* [WHAT YOU SHOULD DO]: After finding the line that includes "#414=PLANE('',#370);" in the records below, transcribe it and each line after it through the last, exactly, and add nothing.

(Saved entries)
^^^^^^^^

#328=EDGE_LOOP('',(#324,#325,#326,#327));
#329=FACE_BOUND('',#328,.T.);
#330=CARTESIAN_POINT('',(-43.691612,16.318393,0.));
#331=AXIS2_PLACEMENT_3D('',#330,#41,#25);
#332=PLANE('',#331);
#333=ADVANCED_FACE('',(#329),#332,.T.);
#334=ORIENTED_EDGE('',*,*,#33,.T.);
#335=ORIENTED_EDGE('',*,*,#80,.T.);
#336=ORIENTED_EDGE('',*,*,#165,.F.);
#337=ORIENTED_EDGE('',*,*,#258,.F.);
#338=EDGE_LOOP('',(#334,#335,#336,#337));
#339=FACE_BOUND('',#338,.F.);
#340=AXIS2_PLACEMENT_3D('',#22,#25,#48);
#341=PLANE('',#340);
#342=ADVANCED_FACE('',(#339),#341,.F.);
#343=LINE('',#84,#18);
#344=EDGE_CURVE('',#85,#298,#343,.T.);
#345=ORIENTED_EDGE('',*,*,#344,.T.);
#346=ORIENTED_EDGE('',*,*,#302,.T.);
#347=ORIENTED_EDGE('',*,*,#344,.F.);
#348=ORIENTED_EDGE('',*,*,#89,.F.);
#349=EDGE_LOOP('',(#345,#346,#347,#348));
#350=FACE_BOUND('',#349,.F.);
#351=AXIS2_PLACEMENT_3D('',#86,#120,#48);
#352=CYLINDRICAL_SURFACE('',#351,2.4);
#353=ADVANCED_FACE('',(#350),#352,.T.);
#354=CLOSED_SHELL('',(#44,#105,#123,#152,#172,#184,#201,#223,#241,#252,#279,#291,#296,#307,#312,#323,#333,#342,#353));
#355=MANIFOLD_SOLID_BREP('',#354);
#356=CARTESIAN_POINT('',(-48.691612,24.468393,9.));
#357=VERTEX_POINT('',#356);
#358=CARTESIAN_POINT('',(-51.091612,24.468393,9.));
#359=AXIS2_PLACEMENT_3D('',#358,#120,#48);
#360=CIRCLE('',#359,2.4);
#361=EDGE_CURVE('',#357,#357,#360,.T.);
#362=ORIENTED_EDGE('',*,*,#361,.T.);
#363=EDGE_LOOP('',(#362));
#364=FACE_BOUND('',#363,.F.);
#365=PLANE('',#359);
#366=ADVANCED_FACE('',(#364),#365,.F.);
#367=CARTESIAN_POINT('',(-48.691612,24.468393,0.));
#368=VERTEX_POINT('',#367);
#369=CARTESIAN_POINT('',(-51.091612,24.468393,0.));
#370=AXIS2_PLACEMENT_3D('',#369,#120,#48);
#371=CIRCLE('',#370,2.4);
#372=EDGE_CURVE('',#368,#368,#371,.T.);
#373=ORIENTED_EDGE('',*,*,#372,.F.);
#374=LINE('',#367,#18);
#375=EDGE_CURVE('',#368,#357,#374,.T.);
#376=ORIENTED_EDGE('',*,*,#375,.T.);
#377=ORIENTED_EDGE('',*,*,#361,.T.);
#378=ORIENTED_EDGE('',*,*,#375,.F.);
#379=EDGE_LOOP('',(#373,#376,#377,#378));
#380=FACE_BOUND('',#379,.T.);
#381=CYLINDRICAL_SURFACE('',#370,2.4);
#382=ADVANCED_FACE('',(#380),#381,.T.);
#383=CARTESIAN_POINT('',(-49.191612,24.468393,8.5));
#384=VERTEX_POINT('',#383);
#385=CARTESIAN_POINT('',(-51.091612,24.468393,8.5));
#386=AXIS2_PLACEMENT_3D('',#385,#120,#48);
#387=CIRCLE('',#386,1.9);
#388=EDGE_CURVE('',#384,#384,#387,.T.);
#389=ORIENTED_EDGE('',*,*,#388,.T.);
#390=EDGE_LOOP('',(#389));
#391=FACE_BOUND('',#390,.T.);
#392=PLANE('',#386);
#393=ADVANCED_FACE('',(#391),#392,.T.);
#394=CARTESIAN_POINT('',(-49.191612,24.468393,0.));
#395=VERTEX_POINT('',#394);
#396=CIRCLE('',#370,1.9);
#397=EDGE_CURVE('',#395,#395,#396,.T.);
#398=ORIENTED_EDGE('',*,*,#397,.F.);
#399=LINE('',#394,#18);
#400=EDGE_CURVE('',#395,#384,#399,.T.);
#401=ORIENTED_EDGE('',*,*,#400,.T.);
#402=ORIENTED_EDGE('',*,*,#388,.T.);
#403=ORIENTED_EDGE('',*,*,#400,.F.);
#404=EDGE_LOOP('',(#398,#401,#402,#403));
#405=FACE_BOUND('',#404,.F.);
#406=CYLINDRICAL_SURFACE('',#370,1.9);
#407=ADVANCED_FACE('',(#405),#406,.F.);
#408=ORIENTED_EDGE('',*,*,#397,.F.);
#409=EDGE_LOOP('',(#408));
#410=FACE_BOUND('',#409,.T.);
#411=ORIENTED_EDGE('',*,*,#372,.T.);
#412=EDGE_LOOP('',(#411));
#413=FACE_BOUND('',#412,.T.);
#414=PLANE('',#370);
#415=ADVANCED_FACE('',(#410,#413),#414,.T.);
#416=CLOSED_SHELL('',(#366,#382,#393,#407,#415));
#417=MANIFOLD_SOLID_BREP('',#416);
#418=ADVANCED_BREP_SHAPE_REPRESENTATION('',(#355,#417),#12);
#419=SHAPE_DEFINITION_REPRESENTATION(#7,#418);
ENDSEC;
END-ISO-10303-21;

^^^^^^^^

* [OUTPUT]:
#414=PLANE('',#370);
#415=ADVANCED_FACE('',(#410,#413),#414,.T.);
#416=CLOSED_SHELL('',(#366,#382,#393,#407,#415));
#417=MANIFOLD_SOLID_BREP('',#416);
#418=ADVANCED_BREP_SHAPE_REPRESENTATION('',(#355,#417),#12);
#419=SHAPE_DEFINITION_REPRESENTATION(#7,#418);
ENDSEC;
END-ISO-10303-21;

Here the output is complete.